#### What needs to be done
Of the lines below, write out exactly those from the line with "#41=EDGE_CURVE('',#37,#37,#40,.T.);" through the line with "#72=ADVANCED_BREP_SHAPE_REPRESENTATION('',(#71),#12);", both included, and skip the rest.

#### Data to process
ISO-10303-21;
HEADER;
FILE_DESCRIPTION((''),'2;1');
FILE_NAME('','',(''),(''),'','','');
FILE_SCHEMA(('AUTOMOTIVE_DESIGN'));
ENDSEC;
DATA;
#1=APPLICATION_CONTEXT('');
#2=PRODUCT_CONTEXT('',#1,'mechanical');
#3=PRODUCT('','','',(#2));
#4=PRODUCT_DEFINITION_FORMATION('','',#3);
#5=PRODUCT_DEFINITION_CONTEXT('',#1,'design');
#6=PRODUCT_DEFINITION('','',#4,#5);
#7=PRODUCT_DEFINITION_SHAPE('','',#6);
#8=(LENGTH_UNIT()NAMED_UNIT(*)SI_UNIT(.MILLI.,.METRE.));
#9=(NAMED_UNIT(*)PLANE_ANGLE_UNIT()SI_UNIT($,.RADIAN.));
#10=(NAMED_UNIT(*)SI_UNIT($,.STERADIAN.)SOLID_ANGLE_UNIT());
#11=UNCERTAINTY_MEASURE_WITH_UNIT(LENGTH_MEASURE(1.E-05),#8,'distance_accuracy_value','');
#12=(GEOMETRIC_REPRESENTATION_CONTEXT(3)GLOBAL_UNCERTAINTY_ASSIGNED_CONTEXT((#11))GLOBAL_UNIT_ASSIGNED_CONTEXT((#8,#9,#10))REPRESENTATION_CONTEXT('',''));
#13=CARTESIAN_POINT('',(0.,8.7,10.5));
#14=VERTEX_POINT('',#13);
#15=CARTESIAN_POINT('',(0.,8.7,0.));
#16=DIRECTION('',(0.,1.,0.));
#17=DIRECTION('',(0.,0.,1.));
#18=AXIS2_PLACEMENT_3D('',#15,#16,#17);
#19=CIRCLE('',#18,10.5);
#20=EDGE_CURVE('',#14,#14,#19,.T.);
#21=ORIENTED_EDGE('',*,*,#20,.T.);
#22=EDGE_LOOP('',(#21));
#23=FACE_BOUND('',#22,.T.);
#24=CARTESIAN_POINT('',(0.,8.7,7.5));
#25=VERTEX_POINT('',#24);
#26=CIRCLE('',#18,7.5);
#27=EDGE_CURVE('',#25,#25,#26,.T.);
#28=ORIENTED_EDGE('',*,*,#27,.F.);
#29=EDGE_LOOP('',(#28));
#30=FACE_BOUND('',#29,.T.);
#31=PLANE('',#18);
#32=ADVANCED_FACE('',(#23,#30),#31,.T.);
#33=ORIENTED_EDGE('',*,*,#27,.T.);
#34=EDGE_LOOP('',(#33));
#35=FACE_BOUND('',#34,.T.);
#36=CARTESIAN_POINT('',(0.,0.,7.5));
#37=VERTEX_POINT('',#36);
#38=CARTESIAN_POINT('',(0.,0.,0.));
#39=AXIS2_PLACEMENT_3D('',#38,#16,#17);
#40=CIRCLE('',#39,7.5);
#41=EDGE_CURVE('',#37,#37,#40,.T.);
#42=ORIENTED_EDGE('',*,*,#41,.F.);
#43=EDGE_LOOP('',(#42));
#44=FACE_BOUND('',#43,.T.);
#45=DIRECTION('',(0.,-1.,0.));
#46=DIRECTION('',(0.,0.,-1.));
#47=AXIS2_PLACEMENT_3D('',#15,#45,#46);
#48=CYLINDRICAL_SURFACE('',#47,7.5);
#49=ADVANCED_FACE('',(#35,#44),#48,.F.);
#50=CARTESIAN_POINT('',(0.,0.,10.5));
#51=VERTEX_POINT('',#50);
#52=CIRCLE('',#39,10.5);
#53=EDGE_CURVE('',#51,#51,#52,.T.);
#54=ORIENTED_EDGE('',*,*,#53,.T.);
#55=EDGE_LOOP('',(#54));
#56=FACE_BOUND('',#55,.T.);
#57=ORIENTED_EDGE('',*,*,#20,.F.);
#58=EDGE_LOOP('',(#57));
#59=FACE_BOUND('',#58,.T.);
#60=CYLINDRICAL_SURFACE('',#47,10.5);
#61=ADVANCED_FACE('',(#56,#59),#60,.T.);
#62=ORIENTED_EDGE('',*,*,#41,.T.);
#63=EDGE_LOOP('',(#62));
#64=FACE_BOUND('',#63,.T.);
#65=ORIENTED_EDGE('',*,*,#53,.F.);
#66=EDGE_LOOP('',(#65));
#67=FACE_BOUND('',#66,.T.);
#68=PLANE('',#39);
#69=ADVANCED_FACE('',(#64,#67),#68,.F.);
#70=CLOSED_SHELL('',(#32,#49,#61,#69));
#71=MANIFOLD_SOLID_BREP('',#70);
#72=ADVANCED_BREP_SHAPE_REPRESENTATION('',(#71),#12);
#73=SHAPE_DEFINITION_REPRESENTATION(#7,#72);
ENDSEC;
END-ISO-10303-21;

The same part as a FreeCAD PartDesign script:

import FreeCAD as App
import Part
import Sketcher

doc = App.newDocument("Part")
params = doc.addObject("Spreadsheet::Sheet", "Params")
for row, (alias, value) in enumerate([
    ("sketch1_diameter", "21 mm"),
    ("sketch1_diameter2", "15 mm"),
    ("pad1_length", "8.7 mm"),
], start=1):
    params.set(f"A{row}", alias)
    params.set(f"B{row}", "=" + value)
    params.setAlias(f"B{row}", alias)

body = doc.addObject("PartDesign::Body", "Body")

sketch1 = body.newObject("Sketcher::SketchObject", "Sketch")
sketch1.AttachmentSupport = (doc.getObject("XZ_Plane"), [""])
sketch1.MapMode = "FlatFace"
sketch1.addGeometry(Part.Circle(App.Vector(0, 0, 0), App.Vector(0, 0, 1), 10), False)
sketch1.addGeometry(Part.Circle(App.Vector(0, 0, 0), App.Vector(0, 0, 1), 8), False)
sketch1.addConstraint(Sketcher.Constraint("Coincident", 0, 3, -1, 1))
sketch1.addConstraint(Sketcher.Constraint("Coincident", 1, 3, -1, 1))
sketch1.addConstraint(Sketcher.Constraint("Diameter", 0, 21.0))
sketch1.addConstraint(Sketcher.Constraint("Diameter", 1, 15.0))
sketch1.setExpression("Constraints[2]", "Params.sketch1_diameter")
sketch1.setExpression("Constraints[3]", "Params.sketch1_diameter2")
pad1 = body.newObject("PartDesign::Pad", "Pad")
pad1.Profile = sketch1
pad1.setExpression("Length", "Params.pad1_length")
pad1.Reversed = True

doc.recompute()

#### Task answer
#41=EDGE_CURVE('',#37,#37,#40,.T.);
#42=ORIENTED_EDGE('',*,*,#41,.F.);
#43=EDGE_LOOP('',(#42));
#44=FACE_BOUND('',#43,.T.);
#45=DIRECTION('',(0.,-1.,0.));
#46=DIRECTION('',(0.,0.,-1.));
#47=AXIS2_PLACEMENT_3D('',#15,#45,#46);
#48=CYLINDRICAL_SURFACE('',#47,7.5);
#49=ADVANCED_FACE('',(#35,#44),#48,.F.);
#50=CARTESIAN_POINT('',(0.,0.,10.5));
#51=VERTEX_POINT('',#50);
#52=CIRCLE('',#39,10.5);
#53=EDGE_CURVE('',#51,#51,#52,.T.);
#54=ORIENTED_EDGE('',*,*,#53,.T.);
#55=EDGE_LOOP('',(#54));
#56=FACE_BOUND('',#55,.T.);
#57=ORIENTED_EDGE('',*,*,#20,.F.);
#58=EDGE_LOOP('',(#57));
#59=FACE_BOUND('',#58,.T.);
#60=CYLINDRICAL_SURFACE('',#47,10.5);
#61=ADVANCED_FACE('',(#56,#59),#60,.T.);
#62=ORIENTED_EDGE('',*,*,#41,.T.);
#63=EDGE_LOOP('',(#62));
#64=FACE_BOUND('',#63,.T.);
#65=ORIENTED_EDGE('',*,*,#53,.F.);
#66=EDGE_LOOP('',(#65));
#67=FACE_BOUND('',#66,.T.);
#68=PLANE('',#39);
#69=ADVANCED_FACE('',(#64,#67),#68,.F.);
#70=CLOSED_SHELL('',(#32,#49,#61,#69));
#71=MANIFOLD_SOLID_BREP('',#70);
#72=ADVANCED_BREP_SHAPE_REPRESENTATION('',(#71),#12);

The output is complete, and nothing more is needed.